■ **REQUIREMENT**: Take the listing below and print exactly the lines starting at the line containing "line L0 (-38, 14.4) -> (38, 14.4) projected" and ending at the line containing "Rebuilt in FreeCAD, every", both ends included, and no others.

---

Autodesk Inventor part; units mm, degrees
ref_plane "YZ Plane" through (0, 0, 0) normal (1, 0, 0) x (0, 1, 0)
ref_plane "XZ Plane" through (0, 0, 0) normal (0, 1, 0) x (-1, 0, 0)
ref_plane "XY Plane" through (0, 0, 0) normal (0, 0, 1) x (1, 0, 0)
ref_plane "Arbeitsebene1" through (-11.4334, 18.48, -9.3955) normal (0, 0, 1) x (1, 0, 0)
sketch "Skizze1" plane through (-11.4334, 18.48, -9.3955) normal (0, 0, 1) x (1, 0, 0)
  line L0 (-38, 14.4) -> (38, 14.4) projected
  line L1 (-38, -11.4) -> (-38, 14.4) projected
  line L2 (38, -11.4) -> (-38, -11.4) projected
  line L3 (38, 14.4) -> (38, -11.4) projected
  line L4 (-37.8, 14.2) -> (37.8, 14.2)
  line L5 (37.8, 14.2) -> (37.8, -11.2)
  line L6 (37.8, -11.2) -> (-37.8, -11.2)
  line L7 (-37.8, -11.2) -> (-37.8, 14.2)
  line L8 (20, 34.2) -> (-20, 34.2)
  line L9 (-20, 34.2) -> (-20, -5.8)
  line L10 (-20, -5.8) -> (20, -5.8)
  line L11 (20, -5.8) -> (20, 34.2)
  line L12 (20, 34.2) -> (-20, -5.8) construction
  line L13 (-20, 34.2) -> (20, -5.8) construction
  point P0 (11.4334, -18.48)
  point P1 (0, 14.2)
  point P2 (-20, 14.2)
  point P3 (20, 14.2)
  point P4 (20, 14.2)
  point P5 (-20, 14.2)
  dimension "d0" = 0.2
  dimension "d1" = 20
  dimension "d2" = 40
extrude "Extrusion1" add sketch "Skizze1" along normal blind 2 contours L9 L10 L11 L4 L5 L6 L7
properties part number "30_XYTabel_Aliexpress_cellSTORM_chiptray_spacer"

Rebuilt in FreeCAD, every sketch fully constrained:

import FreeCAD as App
import Part
import Sketcher
Q = App.Units.Quantity


def add_polygon(sketch, points):
    """Adds a closed chain of lines whose ends are joined by coincident constraints."""
    first, n = sketch.GeometryCount, len(points)
    for a, b in zip(points, points[1:] + points[:1]):
        sketch.addGeometry(Part.LineSegment(App.Vector(*a, 0), App.Vector(*b, 0)), False)
    for i in range(n):
        sketch.addConstraint(Sketcher.Constraint("Coincident", first + i, 2, first + (i + 1) % n, 1))

doc = App.newDocument("Part")
body = doc.addObject("PartDesign::Body", "Body")

# Sketch on XY plane
sketch1 = doc.addObject("Sketcher::SketchObject", "Sketch")
body.addObject(sketch1)
sketch1.AttachmentSupport = (doc.XY_Plane, [""])
sketch1.MapMode = "FlatFace"
sketch1.AttachmentOffset = App.Placement(App.Vector(0, 0, -9.3955), App.Rotation())
add_polygon(sketch1, [(-31, 13), (-31, 33), (-49, 33), (-49, 7), (26, 7), (26, 33), (9, 33), (9, 13)])  # lines 0-7
sketch1.addConstraint([
    Sketcher.Constraint("Vertical", 0),
    Sketcher.Constraint("Horizontal", 1),
    Sketcher.Constraint("Vertical", 2),
    Sketcher.Constraint("Horizontal", 3),
    Sketcher.Constraint("Vertical", 4),
    Sketcher.Constraint("Horizontal", 5),
    Sketcher.Constraint("Vertical", 6),
    Sketcher.Constraint("Horizontal", 7),
    Sketcher.Constraint("Horizontal", 1, 2, 4, 2),
    Sketcher.Constraint("Equal", 1, 5),
    Sketcher.Constraint("DistanceX", 7, 2, 7, 1, Q("40 mm")),
    Sketcher.Constraint("DistanceY", 0, 1, 0, 2, Q("20 mm")),
    Sketcher.Constraint("DistanceX", 1, 2, 1, 1, Q("17.8 mm")),
    Sketcher.Constraint("DistanceY", 2, 2, 2, 1, Q("25.4 mm")),
    Sketcher.Constraint("DistanceY", -1, 1, 0, 2, Q("32.68 mm")),
    Sketcher.Constraint("DistanceX", 0, 2, -1, 1, Q("31.4334 mm")),
])
pad1 = doc.addObject("PartDesign::Pad", "Pad")
body.addObject(pad1)
pad1.Profile = sketch1
pad1.Length = 2

doc.recompute()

---

■ **SOLUTION FOR THIS EXERCISE**:
  line L0 (-38, 14.4) -> (38, 14.4) projected
  line L1 (-38, -11.4) -> (-38, 14.4) projected
  line L2 (38, -11.4) -> (-38, -11.4) projected
  line L3 (38, 14.4) -> (38, -11.4) projected
  line L4 (-37.8, 14.2) -> (37.8, 14.2)
  line L5 (37.8, 14.2) -> (37.8, -11.2)
  line L6 (37.8, -11.2) -> (-37.8, -11.2)
  line L7 (-37.8, -11.2) -> (-37.8, 14.2)
  line L8 (20, 34.2) -> (-20, 34.2)
  line L9 (-20, 34.2) -> (-20, -5.8)
  line L10 (-20, -5.8) -> (20, -5.8)
  line L11 (20, -5.8) -> (20, 34.2)
  line L12 (20, 34.2) -> (-20, -5.8) construction
  line L13 (-20, 34.2) -> (20, -5.8) construction
  point P0 (11.4334, -18.48)
  point P1 (0, 14.2)
  point P2 (-20, 14.2)
  point P3 (20, 14.2)
  point P4 (20, 14.2)
  point P5 (-20, 14.2)
  dimension "d0" = 0.2
  dimension "d1" = 20
  dimension "d2" = 40
extrude "Extrusion1" add sketch "Skizze1" along normal blind 2 contours L9 L10 L11 L4 L5 L6 L7
properties part number "30_XYTabel_Aliexpress_cellSTORM_chiptray_spacer"

Rebuilt in FreeCAD, every sketch fully constrained:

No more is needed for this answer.